Tezin Türü: Yüksek Lisans
Tezin Yürütüldüğü Kurum: Orta Doğu Teknik Üniversitesi, Fen Edebiyat Fakültesi, Matematik Bölümü, Türkiye
Tezin Onay Tarihi: 2004
Öğrenci: İSA SERTKAYA
Danışman: ALİ DOĞANAKSOY
Özet:Boolean functions are accepted to be cryptographically strong if they satisfy some common pre-determined criteria. It is expected that any design criteria should remain invariant under a large group of transformations due to the theory of similarity of secrecy systems proposed by Shannon. One of the most important design criteria for cryptographically strong Boolean functions is the nonlinearity criterion. Meier and Staffelbach studied nonlinearity preserving transformations, by considering the invertible transformations acting on the arguments of Boolean functions, namely the pre-transformations. In this thesis, first, the results obtained by Meier and Staffelbach are presented.
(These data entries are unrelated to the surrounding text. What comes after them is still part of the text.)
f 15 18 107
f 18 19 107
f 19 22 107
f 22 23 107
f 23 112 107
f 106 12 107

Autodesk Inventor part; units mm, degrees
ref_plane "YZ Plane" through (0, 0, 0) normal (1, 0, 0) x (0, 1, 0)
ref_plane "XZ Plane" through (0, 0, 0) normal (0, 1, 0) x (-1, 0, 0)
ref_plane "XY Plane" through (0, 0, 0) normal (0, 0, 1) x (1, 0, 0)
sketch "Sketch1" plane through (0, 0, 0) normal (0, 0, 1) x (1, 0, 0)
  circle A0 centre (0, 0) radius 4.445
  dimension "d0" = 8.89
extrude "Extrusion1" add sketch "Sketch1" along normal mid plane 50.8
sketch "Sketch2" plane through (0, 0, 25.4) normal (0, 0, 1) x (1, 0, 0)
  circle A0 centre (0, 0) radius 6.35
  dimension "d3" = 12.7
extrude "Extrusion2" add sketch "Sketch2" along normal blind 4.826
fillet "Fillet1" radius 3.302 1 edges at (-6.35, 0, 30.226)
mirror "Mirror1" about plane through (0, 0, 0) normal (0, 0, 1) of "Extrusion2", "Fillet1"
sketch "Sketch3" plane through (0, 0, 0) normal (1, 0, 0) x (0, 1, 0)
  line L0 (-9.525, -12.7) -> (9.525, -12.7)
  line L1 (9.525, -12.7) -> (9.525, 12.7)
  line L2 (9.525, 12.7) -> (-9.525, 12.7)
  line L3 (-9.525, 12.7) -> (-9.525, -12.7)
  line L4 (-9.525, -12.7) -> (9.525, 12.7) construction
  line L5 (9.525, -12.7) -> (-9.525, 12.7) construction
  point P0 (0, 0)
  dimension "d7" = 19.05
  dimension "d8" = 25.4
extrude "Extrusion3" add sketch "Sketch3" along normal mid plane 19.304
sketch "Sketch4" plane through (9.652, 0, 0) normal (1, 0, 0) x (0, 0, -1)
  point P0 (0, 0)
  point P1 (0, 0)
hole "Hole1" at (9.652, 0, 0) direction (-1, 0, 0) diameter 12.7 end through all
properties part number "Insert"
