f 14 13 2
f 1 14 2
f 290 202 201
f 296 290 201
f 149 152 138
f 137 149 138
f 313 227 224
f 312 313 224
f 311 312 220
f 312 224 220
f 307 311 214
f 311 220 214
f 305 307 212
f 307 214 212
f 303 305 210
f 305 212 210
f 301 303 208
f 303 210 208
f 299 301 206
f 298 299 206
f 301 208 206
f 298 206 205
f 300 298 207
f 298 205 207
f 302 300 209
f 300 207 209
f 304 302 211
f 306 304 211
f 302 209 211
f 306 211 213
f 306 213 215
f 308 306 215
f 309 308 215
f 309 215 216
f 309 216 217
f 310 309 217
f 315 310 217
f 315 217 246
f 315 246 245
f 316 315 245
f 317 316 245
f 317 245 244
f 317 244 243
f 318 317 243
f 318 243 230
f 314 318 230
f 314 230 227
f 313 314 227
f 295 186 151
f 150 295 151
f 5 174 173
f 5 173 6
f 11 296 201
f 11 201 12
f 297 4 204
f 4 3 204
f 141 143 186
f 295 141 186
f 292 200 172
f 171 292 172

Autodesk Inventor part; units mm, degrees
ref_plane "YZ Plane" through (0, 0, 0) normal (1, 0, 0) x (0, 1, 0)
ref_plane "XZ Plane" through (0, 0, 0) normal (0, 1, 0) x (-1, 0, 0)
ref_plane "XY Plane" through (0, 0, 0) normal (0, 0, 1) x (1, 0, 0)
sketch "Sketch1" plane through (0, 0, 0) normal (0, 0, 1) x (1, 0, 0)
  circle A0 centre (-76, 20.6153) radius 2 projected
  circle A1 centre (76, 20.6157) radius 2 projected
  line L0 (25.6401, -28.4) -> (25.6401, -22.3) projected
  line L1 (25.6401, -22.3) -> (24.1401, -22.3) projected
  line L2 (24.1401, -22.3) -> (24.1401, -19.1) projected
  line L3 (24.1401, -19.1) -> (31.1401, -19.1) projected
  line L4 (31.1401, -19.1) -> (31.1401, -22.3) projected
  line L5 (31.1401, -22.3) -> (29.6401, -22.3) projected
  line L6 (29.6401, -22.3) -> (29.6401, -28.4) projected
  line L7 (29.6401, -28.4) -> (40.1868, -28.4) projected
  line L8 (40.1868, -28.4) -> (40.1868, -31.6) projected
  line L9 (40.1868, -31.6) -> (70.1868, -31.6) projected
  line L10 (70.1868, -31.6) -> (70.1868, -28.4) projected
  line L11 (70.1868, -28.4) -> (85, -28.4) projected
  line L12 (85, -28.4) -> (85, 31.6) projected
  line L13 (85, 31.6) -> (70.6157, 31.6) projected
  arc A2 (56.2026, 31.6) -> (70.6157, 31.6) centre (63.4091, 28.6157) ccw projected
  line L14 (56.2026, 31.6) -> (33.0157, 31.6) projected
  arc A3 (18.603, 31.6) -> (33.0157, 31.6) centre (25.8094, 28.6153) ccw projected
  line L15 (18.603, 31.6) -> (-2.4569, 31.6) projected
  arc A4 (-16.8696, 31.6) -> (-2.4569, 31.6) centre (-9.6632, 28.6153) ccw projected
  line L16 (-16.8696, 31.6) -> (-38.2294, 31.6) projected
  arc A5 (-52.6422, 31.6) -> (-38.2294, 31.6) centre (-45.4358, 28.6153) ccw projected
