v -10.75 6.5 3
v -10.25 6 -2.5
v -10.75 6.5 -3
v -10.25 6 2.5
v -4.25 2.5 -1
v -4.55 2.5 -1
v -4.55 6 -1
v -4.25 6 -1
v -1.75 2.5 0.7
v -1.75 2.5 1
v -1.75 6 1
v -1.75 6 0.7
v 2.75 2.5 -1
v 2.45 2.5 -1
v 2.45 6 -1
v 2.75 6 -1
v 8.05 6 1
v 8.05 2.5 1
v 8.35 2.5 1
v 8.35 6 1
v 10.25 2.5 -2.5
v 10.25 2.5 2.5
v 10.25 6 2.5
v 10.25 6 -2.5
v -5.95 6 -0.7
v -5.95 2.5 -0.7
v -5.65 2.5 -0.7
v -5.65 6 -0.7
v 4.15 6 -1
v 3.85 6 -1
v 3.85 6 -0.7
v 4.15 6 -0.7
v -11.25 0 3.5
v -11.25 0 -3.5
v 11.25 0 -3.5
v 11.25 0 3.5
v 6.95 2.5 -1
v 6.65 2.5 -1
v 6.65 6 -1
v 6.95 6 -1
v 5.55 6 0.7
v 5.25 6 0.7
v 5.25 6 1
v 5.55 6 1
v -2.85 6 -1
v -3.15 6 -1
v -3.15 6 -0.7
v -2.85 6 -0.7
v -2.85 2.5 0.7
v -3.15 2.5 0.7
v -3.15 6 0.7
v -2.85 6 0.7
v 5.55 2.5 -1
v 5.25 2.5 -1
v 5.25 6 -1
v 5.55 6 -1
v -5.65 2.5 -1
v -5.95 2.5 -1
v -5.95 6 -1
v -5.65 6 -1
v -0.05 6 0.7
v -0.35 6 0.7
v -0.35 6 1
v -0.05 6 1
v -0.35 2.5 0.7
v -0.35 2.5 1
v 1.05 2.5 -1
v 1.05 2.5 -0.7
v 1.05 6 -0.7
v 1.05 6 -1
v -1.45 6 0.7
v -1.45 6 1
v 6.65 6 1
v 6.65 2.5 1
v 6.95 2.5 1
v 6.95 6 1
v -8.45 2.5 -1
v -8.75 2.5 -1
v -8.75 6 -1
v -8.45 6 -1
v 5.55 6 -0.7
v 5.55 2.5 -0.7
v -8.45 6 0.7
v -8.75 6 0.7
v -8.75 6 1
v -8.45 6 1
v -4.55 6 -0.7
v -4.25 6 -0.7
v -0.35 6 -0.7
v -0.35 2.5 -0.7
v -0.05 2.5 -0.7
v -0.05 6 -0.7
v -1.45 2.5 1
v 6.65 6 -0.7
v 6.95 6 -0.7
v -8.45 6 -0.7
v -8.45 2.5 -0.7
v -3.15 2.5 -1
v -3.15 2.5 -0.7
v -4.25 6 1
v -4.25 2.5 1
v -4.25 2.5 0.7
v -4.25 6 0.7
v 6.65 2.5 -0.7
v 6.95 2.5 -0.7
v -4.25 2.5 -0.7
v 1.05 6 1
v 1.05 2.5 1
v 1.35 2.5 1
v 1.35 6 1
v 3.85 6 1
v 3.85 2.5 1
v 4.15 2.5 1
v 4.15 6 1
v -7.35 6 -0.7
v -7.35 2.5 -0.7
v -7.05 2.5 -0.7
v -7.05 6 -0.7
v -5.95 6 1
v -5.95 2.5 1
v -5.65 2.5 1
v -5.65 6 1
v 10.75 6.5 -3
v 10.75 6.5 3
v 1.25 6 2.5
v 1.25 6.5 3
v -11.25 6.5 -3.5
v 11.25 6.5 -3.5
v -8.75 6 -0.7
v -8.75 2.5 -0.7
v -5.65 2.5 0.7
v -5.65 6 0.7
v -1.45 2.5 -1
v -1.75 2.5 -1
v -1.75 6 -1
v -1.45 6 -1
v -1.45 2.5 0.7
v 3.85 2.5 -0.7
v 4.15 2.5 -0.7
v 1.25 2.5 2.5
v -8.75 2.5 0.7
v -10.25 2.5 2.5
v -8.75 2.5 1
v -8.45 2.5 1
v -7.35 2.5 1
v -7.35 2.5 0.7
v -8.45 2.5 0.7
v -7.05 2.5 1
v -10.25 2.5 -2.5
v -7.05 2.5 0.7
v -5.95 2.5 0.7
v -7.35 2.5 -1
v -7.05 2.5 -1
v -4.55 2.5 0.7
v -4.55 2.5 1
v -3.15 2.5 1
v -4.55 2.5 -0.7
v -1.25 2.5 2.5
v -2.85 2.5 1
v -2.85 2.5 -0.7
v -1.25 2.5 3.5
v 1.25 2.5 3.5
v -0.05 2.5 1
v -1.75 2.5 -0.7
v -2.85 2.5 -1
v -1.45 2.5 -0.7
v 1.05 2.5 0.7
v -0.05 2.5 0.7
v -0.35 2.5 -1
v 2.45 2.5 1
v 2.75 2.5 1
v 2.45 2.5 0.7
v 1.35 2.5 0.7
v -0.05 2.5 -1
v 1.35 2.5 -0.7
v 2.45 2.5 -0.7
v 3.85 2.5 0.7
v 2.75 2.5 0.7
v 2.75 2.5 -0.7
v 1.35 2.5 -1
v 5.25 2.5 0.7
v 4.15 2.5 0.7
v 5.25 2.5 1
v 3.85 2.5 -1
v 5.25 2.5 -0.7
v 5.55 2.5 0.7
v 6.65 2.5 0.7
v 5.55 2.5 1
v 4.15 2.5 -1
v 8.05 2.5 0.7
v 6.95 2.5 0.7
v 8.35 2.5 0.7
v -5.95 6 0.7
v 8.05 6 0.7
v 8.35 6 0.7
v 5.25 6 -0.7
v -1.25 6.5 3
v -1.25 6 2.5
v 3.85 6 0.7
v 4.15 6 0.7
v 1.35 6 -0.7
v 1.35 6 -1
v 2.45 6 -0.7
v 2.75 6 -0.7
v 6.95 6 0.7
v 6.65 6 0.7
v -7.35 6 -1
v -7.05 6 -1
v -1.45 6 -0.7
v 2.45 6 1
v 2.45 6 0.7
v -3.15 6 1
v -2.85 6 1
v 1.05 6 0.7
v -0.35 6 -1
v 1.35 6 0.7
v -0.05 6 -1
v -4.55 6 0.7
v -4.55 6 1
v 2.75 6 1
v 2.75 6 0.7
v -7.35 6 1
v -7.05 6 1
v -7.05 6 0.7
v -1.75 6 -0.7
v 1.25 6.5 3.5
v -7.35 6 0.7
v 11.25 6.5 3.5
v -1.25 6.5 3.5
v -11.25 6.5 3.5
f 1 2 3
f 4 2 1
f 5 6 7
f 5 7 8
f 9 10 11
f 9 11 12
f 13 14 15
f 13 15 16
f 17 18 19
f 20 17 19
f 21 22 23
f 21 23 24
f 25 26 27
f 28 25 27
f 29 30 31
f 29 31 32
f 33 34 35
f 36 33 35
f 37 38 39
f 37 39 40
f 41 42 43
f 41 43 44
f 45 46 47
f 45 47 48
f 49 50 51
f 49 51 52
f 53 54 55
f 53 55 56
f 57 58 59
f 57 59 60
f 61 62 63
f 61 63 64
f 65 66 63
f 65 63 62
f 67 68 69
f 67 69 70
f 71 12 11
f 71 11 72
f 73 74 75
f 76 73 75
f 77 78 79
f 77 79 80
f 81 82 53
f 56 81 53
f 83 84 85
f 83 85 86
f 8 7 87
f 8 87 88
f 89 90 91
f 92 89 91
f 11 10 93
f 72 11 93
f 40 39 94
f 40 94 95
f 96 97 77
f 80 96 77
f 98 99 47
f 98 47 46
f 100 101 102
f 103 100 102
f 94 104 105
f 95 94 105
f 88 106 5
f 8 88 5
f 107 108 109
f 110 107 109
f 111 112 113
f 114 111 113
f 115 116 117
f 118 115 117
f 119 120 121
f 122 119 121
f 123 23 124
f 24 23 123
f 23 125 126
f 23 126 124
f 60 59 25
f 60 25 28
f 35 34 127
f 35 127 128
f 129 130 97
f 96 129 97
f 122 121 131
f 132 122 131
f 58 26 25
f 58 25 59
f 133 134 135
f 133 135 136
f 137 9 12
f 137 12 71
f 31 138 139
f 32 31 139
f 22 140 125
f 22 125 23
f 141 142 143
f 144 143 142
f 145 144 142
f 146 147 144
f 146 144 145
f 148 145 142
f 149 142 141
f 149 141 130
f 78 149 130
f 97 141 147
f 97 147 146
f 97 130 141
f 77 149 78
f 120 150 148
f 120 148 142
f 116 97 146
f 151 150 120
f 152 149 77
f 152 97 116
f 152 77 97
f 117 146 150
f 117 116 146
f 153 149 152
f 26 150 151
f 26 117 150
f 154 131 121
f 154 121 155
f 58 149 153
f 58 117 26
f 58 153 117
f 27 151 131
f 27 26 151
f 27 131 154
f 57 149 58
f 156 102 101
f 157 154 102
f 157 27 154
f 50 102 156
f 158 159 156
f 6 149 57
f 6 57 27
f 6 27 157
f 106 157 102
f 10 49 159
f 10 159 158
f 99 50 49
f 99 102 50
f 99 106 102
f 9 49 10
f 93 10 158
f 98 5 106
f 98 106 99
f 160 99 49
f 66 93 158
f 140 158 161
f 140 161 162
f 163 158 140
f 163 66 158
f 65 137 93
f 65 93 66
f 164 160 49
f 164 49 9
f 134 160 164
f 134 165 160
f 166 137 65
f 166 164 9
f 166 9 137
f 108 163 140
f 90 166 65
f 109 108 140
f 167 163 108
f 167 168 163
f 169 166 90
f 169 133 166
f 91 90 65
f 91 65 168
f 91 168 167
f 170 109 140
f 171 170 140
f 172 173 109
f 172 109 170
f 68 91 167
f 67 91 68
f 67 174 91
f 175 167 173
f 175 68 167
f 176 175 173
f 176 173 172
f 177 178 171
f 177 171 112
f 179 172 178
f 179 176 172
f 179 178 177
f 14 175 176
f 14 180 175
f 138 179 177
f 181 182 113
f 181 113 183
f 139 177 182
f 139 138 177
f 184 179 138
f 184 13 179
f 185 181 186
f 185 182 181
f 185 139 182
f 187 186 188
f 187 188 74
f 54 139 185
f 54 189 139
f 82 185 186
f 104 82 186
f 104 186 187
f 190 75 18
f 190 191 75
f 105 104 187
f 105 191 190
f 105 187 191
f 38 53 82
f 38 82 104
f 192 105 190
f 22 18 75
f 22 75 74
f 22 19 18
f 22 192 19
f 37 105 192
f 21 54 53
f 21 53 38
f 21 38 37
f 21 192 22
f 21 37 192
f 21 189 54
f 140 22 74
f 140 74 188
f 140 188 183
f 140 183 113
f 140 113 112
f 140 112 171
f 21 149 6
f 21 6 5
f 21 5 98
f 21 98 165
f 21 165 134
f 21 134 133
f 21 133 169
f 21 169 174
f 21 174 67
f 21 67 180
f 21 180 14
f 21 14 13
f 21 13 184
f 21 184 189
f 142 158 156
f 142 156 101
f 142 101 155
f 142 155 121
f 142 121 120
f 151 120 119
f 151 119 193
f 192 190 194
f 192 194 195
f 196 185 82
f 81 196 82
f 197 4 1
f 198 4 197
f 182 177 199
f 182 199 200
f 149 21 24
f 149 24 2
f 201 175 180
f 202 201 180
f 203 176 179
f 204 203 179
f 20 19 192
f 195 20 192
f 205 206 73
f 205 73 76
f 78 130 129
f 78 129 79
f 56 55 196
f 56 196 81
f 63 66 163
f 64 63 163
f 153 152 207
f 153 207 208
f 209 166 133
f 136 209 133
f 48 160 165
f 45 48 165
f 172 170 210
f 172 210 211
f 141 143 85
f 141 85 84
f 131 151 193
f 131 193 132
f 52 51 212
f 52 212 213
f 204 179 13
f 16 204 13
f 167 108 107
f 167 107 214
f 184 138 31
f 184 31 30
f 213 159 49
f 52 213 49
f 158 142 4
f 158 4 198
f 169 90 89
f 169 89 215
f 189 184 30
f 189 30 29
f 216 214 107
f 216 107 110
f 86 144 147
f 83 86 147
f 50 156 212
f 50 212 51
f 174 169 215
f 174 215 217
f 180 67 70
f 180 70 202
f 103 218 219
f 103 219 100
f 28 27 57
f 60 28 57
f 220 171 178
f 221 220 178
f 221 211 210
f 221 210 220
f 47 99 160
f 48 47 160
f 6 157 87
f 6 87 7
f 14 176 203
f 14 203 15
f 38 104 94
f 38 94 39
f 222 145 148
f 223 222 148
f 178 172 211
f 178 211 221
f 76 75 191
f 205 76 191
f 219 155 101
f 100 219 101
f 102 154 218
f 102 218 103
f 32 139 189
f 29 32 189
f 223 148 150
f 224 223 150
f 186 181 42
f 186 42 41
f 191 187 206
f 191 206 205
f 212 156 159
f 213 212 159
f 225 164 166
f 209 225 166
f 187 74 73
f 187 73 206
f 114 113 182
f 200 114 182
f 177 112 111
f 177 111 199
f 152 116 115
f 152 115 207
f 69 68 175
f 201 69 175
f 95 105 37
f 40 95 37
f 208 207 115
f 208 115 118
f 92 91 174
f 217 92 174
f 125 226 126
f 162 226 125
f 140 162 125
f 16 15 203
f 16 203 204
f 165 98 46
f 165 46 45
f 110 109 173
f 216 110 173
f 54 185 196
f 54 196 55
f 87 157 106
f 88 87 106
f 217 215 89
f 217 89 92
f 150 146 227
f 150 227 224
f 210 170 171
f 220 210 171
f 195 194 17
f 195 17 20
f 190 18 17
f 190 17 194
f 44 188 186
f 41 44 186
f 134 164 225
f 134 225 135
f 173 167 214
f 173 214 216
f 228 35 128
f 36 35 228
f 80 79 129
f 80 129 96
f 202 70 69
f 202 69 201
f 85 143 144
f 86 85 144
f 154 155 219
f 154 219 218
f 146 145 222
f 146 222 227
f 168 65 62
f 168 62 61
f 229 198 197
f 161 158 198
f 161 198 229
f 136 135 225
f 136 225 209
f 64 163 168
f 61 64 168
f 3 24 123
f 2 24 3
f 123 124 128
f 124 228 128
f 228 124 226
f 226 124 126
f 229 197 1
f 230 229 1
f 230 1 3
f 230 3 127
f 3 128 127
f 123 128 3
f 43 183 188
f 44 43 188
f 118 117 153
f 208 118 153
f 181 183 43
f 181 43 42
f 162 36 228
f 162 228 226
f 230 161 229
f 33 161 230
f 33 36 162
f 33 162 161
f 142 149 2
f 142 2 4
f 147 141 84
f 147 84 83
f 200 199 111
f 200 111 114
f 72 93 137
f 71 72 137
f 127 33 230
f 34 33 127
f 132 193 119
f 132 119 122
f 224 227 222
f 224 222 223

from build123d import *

# Parameters (mm, degrees)
SKETCH1_W           = 22.5
SKETCH1_H           = 7
BASE_DEPTH          = 2.5
RIMS_DEPTH          = 4
CHAMFER1_SIZE       = 0.5
SKETCH3_W           = 0.3
SKETCH3_H           = 0.3
BOSS_EXTRUDE3_DEPTH = 3.5


with BuildPart() as part:
    # Sketch1 → Base (new body)
    with BuildSketch(Plane(origin=(0, 0, 0), x_dir=(1, 0, 0), z_dir=(0, 1, 0))):
        Rectangle(SKETCH1_W, SKETCH1_H)
    extrude(amount=BASE_DEPTH)

    # Sketch2 → rims (add)
    with BuildSketch(Plane(origin=(0, 2.5, 0), x_dir=(1, 0, 0), z_dir=(0, 1, 0))):
        Polygon((-1.25, -2.5), (-1.25, -3.5), (-11.25, -3.5), (-11.25, 3.5), (11.25, 3.5), (11.25, -3.5), (1.25, -3.5), (1.25, -2.5), (10.25, -2.5), (10.25, 2.5), (-10.25, 2.5), (-10.25, -2.5), align=None)
    extrude(amount=RIMS_DEPTH)

    # Chamfer1
    chamfer1_edges = [part.edges().sort_by_distance(p)[0] for p in [
        (-5.75, 6.5, 2.5),
        (-10.25, 6.5, 0),
        (0, 6.5, -2.5),
        (10.25, 6.5, 0),
        (5.75, 6.5, 2.5),
    ]]
    chamfer(chamfer1_edges, length=CHAMFER1_SIZE)

    # Sketch3 → Boss-Extrude3 (add)
    with BuildSketch(Plane(origin=(0, 2.5, 0), x_dir=(1, 0, 0), z_dir=(0, 1, 0))):
        with Locations((-8.6, -0.85)):
            Rectangle(SKETCH3_W, SKETCH3_H)
        with Locations((-8.6, 0.85)):
            Rectangle(SKETCH3_W, SKETCH3_H)
        with Locations((-7.2, -0.85)):
            Rectangle(SKETCH3_W, SKETCH3_H)
        with Locations((-5.8, -0.85)):
            Rectangle(SKETCH3_W, SKETCH3_H)
        with Locations((-4.4, -0.85)):
            Rectangle(SKETCH3_W, SKETCH3_H)
        with Locations((-3, -0.85)):
            Rectangle(SKETCH3_W, SKETCH3_H)
        with Locations((-1.6, -0.85)):
            Rectangle(SKETCH3_W, SKETCH3_H)
        with Locations((-0.2, -0.85)):
            Rectangle(SKETCH3_W, SKETCH3_H)
        with Locations((1.2, -0.85)):
            Rectangle(SKETCH3_W, SKETCH3_H)
        with Locations((2.6, -0.85)):
            Rectangle(SKETCH3_W, SKETCH3_H)
        with Locations((4, -0.85)):
            Rectangle(SKETCH3_W, SKETCH3_H)
        with Locations((5.4, -0.85)):
            Rectangle(SKETCH3_W, SKETCH3_H)
        with Locations((6.8, -0.85)):
            Rectangle(SKETCH3_W, SKETCH3_H)
        with Locations((8.2, -0.85)):
            Rectangle(SKETCH3_W, SKETCH3_H)
        with Locations((-7.2, 0.85)):
            Rectangle(SKETCH3_W, SKETCH3_H)
        with Locations((-5.8, 0.85)):
            Rectangle(SKETCH3_W, SKETCH3_H)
Then, the invertible transformations acting on the truth tables of Boolean functions, namely the post-transformations, are studied in order to determine whether they keep the nonlinearity criterion invariant. The equivalent counterparts of Meier and Staffelbach̕s results are obtained in terms of the post-transformations. In addition, the existence of nonlinearity preserving post-transformations, which are not equivalent to pre-transformations, is proved. The necessary and sufficient conditions for an affine post-transformation to preserve nonlinearity are proposed and proved. Moreover, the sufficient conditions for an non-affine post-transformation to keep nonlinearity invariant are proposed. Furthermore, it is proved that the smart hill climbing method, which is introduced to improve nonlinearity of Boolean functions by Millan et. al., is equivalent to applying a post-transformation to a single Boolean function. Finally, the necessary and sufficient condition for an affine pre-transformation to preserve the strict avalanche criterion is proposed and proved.